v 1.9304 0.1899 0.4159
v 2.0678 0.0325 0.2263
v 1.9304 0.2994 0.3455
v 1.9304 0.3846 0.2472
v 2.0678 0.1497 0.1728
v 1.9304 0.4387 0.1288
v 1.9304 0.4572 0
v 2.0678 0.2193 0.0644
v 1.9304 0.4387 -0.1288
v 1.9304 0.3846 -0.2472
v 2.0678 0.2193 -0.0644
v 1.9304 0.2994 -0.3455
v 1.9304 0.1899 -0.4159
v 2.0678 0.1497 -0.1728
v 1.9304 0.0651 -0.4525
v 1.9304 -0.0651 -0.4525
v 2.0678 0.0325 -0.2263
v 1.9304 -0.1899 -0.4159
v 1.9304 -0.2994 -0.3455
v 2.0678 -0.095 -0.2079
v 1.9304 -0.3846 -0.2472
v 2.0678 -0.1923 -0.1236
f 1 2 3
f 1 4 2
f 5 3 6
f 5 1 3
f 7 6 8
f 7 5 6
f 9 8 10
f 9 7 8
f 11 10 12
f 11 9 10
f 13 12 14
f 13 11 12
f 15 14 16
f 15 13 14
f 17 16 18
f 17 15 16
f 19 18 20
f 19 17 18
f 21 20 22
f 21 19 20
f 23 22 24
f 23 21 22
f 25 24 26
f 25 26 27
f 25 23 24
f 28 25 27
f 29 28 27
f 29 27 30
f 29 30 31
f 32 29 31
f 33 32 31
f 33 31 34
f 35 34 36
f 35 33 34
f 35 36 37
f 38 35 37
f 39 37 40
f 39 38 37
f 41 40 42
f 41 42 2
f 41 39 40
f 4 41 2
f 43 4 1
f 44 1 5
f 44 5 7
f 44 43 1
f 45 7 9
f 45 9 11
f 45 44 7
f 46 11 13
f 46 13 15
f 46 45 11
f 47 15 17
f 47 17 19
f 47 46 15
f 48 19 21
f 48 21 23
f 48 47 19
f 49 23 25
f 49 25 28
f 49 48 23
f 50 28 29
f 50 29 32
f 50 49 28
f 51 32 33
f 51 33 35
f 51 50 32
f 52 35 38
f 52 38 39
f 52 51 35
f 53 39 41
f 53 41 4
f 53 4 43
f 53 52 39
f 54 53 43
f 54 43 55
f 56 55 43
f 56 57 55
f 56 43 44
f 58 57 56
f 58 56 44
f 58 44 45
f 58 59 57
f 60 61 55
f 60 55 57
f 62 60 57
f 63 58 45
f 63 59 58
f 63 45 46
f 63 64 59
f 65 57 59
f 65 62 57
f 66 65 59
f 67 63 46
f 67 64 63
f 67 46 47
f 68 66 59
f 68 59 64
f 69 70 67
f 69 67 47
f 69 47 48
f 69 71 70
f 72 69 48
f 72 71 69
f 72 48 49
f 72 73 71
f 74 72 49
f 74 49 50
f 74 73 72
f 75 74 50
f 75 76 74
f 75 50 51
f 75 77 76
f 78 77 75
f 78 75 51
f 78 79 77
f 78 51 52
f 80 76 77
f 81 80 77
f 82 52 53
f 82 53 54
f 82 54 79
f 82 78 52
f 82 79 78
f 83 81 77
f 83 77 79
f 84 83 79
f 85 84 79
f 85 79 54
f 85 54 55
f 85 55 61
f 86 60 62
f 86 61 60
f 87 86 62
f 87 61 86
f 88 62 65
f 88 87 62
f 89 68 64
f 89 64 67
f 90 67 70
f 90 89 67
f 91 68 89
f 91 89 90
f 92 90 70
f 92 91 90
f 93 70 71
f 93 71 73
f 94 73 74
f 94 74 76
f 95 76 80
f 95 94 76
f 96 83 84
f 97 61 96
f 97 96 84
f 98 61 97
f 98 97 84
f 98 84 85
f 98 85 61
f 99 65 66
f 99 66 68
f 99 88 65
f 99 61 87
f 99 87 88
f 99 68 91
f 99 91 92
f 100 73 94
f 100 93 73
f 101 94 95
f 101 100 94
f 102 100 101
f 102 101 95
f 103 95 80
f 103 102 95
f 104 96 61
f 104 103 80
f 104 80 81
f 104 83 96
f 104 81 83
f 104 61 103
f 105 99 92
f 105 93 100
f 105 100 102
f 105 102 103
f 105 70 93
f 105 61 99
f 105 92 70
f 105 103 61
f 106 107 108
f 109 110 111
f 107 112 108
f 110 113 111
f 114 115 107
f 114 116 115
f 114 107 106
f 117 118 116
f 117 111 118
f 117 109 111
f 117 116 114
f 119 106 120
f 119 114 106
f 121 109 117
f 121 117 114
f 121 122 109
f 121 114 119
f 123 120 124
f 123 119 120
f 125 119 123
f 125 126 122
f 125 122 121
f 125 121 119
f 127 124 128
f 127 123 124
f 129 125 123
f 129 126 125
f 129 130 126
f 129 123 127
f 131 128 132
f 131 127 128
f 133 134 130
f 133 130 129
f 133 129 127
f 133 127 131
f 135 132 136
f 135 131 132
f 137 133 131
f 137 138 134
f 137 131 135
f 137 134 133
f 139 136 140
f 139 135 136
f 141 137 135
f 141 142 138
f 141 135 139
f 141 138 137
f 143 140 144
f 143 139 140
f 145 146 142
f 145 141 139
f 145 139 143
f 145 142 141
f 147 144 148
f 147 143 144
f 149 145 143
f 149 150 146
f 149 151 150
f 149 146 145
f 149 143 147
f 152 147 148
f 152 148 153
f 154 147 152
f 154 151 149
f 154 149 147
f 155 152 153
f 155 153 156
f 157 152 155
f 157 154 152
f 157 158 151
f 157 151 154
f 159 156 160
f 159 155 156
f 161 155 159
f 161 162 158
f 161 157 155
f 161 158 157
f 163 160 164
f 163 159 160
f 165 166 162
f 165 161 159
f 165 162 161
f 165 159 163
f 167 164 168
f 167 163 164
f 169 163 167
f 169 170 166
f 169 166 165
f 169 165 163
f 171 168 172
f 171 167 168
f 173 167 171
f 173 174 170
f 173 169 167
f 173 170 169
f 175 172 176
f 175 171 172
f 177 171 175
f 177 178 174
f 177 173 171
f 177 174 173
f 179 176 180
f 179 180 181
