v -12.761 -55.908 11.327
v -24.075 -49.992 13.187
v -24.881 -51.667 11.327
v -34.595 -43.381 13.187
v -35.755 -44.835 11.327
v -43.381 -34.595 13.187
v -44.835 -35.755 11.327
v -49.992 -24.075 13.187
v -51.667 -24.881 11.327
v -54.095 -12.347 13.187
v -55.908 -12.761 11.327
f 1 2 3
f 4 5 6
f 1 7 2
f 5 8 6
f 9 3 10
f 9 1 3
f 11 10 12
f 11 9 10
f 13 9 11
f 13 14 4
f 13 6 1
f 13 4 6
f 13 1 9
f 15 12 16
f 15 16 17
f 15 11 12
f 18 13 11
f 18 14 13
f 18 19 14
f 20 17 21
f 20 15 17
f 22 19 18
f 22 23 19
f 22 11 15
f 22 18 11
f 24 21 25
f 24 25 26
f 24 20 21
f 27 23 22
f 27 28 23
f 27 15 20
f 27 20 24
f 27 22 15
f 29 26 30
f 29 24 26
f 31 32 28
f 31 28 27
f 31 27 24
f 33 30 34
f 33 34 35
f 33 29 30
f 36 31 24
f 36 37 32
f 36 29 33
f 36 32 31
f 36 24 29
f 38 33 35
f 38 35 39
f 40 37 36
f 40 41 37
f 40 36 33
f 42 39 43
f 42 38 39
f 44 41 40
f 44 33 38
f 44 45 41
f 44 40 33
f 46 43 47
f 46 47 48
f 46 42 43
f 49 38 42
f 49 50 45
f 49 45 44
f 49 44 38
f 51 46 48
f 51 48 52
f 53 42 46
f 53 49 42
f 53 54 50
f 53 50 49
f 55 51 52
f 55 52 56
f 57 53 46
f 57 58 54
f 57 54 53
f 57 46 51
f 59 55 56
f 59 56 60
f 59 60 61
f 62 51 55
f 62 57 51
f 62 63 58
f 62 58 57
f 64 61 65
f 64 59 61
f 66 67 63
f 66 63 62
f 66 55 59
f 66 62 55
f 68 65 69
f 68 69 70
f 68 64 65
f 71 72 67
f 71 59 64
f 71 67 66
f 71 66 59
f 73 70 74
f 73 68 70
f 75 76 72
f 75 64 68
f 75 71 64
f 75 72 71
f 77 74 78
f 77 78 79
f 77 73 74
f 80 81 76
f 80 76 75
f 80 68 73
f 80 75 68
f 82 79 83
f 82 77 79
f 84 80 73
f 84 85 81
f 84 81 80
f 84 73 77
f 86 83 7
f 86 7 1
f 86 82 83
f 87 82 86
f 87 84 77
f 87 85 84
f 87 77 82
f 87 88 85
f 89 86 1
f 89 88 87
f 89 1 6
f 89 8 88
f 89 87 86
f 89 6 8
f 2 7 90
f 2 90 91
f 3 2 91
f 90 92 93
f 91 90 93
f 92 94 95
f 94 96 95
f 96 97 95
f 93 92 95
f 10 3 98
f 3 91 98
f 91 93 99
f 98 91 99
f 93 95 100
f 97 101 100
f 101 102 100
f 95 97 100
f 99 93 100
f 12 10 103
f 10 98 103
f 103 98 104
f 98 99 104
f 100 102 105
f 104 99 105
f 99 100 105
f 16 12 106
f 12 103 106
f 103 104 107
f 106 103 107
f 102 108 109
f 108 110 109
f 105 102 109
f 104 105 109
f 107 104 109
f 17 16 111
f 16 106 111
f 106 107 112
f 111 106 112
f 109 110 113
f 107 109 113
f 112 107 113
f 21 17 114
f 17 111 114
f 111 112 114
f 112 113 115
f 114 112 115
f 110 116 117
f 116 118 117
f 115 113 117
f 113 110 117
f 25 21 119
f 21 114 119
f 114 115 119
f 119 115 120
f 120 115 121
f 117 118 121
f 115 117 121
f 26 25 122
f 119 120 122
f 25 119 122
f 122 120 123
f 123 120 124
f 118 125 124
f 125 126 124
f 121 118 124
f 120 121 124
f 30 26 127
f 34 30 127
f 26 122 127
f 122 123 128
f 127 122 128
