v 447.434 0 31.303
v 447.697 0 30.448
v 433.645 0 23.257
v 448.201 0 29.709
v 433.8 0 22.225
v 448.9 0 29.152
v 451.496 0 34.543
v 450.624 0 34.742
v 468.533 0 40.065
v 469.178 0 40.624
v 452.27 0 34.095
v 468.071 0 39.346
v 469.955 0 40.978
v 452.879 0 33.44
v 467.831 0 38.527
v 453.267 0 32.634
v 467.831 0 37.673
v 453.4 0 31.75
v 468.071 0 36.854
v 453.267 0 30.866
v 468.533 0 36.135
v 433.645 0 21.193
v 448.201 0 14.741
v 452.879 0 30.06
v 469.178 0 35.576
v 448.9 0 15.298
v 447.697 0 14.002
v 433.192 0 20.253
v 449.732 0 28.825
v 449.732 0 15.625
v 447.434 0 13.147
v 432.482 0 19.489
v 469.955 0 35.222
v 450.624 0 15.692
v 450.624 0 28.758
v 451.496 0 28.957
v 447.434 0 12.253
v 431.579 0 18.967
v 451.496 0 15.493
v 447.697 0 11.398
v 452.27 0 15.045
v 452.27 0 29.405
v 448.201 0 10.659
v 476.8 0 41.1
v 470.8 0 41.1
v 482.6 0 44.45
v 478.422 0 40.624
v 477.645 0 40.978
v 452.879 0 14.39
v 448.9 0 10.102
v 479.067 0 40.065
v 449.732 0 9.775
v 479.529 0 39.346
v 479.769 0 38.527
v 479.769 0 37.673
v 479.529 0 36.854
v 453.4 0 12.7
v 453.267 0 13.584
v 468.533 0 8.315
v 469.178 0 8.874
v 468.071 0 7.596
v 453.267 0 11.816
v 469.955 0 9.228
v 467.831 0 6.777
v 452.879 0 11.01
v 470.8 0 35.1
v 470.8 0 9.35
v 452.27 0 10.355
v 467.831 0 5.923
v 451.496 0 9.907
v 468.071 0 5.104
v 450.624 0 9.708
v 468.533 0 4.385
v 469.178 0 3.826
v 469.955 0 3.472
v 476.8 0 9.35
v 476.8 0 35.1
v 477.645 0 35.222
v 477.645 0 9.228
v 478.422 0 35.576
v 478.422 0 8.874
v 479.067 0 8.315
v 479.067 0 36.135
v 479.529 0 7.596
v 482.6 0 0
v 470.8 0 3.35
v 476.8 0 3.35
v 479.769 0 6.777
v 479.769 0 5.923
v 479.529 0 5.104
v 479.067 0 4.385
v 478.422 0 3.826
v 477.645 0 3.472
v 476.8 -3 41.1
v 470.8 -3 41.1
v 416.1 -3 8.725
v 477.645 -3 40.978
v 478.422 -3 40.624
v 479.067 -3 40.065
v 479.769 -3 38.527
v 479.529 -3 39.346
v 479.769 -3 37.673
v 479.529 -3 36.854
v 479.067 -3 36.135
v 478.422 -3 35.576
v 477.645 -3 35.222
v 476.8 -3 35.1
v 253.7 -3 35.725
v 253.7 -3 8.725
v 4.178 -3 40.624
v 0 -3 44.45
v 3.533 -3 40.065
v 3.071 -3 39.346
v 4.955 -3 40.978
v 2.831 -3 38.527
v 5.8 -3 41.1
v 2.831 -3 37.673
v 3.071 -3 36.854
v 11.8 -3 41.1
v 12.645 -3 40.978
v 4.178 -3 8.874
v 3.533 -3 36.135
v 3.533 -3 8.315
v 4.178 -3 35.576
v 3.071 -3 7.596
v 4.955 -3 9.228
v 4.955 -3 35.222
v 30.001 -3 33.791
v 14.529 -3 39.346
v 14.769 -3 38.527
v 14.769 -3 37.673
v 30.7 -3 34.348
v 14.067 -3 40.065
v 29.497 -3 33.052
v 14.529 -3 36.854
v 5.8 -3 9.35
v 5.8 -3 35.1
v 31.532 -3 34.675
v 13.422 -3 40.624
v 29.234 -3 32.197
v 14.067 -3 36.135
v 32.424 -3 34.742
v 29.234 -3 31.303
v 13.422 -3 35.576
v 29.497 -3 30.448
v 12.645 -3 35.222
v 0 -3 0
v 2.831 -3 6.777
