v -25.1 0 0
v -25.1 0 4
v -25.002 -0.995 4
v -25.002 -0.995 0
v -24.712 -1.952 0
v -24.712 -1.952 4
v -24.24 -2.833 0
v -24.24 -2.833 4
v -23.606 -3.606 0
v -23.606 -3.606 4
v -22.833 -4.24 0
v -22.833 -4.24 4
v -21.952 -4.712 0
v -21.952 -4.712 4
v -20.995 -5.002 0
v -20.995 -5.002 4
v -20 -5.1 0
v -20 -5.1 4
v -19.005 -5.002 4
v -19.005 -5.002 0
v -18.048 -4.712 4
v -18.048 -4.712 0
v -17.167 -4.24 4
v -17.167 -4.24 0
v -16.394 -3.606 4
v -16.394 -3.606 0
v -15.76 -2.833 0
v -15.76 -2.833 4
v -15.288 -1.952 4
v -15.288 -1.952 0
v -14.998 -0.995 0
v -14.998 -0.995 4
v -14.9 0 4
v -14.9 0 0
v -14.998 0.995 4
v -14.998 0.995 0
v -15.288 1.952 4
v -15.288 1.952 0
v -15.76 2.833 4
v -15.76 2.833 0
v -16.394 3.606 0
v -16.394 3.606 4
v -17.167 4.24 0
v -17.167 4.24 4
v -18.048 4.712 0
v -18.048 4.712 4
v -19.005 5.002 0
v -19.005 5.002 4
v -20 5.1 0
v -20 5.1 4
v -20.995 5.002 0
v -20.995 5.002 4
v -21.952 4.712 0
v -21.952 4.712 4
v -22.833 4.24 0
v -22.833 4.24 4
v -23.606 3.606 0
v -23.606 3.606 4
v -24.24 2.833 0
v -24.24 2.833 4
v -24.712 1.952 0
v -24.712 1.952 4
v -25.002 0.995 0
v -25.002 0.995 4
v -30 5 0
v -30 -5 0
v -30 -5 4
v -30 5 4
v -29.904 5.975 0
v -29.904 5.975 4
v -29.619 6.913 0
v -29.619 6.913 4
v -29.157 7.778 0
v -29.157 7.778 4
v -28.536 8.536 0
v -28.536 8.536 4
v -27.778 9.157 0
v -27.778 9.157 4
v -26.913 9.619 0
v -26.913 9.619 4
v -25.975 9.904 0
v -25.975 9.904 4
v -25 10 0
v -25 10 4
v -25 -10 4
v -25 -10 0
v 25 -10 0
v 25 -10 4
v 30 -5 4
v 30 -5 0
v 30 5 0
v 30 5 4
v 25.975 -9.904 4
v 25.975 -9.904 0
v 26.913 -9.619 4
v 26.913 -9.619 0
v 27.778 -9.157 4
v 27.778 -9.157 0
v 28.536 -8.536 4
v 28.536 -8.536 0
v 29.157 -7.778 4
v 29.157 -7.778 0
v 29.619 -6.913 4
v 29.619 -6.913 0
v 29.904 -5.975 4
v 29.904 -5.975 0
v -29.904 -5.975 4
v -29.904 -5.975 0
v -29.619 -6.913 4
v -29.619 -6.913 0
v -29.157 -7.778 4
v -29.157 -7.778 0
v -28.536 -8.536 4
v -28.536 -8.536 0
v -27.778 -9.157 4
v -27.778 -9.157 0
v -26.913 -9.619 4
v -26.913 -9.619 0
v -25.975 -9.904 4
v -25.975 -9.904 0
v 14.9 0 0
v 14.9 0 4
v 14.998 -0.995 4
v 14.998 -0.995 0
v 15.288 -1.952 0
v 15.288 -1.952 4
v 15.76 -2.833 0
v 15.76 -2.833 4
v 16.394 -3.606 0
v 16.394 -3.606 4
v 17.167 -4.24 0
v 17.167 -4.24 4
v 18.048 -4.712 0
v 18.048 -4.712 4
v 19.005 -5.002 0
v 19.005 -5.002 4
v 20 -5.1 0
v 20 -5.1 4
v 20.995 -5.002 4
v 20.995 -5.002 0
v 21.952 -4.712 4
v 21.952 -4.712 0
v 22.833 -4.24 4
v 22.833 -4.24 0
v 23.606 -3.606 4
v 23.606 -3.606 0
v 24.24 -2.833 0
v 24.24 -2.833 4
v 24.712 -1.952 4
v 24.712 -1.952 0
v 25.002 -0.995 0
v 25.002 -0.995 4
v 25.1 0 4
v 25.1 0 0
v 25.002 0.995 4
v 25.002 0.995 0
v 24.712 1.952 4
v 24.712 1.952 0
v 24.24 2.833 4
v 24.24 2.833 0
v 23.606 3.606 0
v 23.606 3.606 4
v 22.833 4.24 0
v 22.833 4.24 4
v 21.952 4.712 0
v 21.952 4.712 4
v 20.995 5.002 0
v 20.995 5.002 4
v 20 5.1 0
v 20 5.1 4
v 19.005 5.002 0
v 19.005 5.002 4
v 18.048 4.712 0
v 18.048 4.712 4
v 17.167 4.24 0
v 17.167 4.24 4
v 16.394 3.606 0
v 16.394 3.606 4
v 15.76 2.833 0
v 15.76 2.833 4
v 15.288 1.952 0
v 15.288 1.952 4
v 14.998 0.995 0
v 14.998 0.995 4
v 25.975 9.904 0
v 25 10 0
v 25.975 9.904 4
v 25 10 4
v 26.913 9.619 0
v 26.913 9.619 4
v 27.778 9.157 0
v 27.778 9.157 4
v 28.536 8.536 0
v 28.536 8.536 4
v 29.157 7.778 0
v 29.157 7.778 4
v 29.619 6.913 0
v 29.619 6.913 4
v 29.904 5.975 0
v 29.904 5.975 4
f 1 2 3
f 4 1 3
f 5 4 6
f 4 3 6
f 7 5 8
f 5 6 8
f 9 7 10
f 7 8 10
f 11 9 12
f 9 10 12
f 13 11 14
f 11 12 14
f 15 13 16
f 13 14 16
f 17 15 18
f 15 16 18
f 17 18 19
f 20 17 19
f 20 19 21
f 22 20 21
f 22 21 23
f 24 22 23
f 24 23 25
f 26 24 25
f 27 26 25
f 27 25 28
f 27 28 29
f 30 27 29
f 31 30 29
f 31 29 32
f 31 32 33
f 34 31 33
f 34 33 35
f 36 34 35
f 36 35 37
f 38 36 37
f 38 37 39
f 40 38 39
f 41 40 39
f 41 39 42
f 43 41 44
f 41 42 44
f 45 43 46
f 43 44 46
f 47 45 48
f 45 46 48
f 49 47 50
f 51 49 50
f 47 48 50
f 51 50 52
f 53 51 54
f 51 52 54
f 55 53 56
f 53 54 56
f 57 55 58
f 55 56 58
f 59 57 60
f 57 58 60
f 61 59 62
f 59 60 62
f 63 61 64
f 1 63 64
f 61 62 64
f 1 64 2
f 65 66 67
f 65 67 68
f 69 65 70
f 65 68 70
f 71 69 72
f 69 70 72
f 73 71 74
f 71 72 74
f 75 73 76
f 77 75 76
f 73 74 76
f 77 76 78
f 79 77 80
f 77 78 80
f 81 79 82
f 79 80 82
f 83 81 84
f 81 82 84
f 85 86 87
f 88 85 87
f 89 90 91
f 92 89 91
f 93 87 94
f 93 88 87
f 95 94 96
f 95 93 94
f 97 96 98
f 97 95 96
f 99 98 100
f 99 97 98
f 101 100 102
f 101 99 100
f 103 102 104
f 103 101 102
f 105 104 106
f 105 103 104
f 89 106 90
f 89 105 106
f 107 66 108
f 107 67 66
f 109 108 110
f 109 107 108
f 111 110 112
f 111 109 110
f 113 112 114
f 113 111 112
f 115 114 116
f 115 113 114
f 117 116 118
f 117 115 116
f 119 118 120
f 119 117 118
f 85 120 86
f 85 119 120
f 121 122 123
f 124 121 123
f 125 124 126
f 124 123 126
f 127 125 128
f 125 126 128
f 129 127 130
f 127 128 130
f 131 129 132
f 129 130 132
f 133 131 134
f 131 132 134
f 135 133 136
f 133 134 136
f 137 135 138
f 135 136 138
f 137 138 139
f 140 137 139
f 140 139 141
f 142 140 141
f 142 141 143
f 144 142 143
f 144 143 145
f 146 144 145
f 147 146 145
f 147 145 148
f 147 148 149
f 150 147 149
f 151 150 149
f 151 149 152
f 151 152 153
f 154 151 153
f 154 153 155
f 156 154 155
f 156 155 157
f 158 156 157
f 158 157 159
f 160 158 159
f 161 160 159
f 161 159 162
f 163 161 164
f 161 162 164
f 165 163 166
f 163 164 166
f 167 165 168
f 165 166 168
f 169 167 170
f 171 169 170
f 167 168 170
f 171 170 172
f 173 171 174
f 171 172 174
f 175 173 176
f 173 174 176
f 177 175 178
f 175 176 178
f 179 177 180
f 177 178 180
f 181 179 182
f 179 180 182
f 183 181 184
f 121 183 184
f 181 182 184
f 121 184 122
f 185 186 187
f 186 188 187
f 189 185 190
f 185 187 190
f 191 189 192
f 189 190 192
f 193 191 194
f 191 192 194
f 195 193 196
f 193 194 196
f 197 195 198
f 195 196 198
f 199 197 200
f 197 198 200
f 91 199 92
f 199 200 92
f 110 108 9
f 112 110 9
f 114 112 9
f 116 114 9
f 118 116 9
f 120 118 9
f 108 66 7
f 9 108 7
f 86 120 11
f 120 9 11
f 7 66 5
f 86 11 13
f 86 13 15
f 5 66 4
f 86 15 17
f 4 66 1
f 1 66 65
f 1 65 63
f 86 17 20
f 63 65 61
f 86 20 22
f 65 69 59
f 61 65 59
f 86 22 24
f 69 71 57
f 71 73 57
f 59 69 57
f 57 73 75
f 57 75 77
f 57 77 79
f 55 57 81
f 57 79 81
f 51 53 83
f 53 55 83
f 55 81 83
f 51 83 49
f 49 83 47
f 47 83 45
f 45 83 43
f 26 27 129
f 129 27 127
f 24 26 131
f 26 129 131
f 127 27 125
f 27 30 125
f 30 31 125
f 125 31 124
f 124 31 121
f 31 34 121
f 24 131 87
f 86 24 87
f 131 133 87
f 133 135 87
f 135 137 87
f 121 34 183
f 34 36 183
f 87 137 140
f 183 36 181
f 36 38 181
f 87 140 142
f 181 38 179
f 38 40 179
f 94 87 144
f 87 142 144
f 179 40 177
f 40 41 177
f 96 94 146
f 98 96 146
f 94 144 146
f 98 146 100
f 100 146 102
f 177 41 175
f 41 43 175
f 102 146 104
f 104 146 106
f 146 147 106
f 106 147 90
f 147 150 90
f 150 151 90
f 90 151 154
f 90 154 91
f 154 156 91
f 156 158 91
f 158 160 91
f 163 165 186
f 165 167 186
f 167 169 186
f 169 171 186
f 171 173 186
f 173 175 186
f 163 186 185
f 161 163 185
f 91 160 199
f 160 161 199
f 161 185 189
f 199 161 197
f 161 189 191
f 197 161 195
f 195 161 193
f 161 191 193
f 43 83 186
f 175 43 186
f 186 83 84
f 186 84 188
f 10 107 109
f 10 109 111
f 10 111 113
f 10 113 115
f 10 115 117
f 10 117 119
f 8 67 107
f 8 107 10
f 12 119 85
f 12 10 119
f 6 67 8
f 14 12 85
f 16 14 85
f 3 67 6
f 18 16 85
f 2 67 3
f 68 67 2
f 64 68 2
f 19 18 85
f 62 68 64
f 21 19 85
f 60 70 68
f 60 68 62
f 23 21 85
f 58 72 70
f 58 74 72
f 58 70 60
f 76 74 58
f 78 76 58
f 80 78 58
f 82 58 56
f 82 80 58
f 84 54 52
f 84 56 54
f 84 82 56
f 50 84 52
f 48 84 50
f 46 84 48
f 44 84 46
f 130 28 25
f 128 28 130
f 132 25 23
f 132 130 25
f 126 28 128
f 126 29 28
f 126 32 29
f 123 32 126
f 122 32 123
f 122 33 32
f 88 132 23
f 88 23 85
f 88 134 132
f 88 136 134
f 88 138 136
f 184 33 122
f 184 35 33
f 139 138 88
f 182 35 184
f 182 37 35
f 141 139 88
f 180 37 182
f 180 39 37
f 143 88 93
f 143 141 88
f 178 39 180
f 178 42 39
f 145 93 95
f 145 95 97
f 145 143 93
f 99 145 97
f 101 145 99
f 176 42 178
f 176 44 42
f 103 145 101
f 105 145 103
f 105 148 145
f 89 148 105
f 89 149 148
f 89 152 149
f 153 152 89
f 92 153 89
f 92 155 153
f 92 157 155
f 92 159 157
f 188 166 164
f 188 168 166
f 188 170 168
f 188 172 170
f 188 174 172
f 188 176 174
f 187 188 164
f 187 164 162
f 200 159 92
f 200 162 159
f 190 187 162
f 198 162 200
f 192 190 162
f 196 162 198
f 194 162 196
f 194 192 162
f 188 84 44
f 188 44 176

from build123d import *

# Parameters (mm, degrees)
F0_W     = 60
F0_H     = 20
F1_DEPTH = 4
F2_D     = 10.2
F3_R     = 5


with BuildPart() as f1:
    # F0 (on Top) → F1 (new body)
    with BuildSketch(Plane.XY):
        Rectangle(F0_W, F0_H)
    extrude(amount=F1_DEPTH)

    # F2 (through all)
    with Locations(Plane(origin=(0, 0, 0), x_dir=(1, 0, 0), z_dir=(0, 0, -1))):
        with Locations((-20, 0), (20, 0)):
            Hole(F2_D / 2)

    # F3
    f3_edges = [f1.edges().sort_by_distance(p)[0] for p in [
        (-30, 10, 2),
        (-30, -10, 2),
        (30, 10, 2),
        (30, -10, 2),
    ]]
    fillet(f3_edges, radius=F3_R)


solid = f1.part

-------

* [Your instructions] From the line that has "f 177 178 180" through the line that has "f 161 191 193", copy every line exactly as it appears above, and leave out all others.

* [Response]
f 177 178 180
f 181 179 182
f 179 180 182
f 183 181 184
f 121 183 184
f 181 182 184
f 121 184 122
f 185 186 187
f 186 188 187
f 189 185 190
f 185 187 190
f 191 189 192
f 189 190 192
f 193 191 194
f 191 192 194
f 195 193 196
f 193 194 196
f 197 195 198
f 195 196 198
f 199 197 200
f 197 198 200
f 91 199 92
f 199 200 92
f 110 108 9
f 112 110 9
f 114 112 9
f 116 114 9
f 118 116 9
f 120 118 9
f 108 66 7
f 9 108 7
f 86 120 11
f 120 9 11
f 7 66 5
f 86 11 13
f 86 13 15
f 5 66 4
f 86 15 17
f 4 66 1
f 1 66 65
f 1 65 63
f 86 17 20
f 63 65 61
f 86 20 22
f 65 69 59
f 61 65 59
f 86 22 24
f 69 71 57
f 71 73 57
f 59 69 57
f 57 73 75
f 57 75 77
f 57 77 79
f 55 57 81
f 57 79 81
f 51 53 83
f 53 55 83
f 55 81 83
f 51 83 49
f 49 83 47
f 47 83 45
f 45 83 43
f 26 27 129
f 129 27 127
f 24 26 131
f 26 129 131
f 127 27 125
f 27 30 125
f 30 31 125
f 125 31 124
f 124 31 121
f 31 34 121
f 24 131 87
f 86 24 87
f 131 133 87
f 133 135 87
f 135 137 87
f 121 34 183
f 34 36 183
f 87 137 140
f 183 36 181
f 36 38 181
f 87 140 142
f 181 38 179
f 38 40 179
f 94 87 144
f 87 142 144
f 179 40 177
f 40 41 177
f 96 94 146
f 98 96 146
f 94 144 146
f 98 146 100
f 100 146 102
f 177 41 175
f 41 43 175
f 102 146 104
f 104 146 106
f 146 147 106
f 106 147 90
f 147 150 90
f 150 151 90
f 90 151 154
f 90 154 91
f 154 156 91
f 156 158 91
f 158 160 91
f 163 165 186
f 165 167 186
f 167 169 186
f 169 171 186
f 171 173 186
f 173 175 186
f 163 186 185
f 161 163 185
f 91 160 199
f 160 161 199
f 161 185 189
f 199 161 197
f 161 189 191
f 197 161 195
f 195 161 193
f 161 191 193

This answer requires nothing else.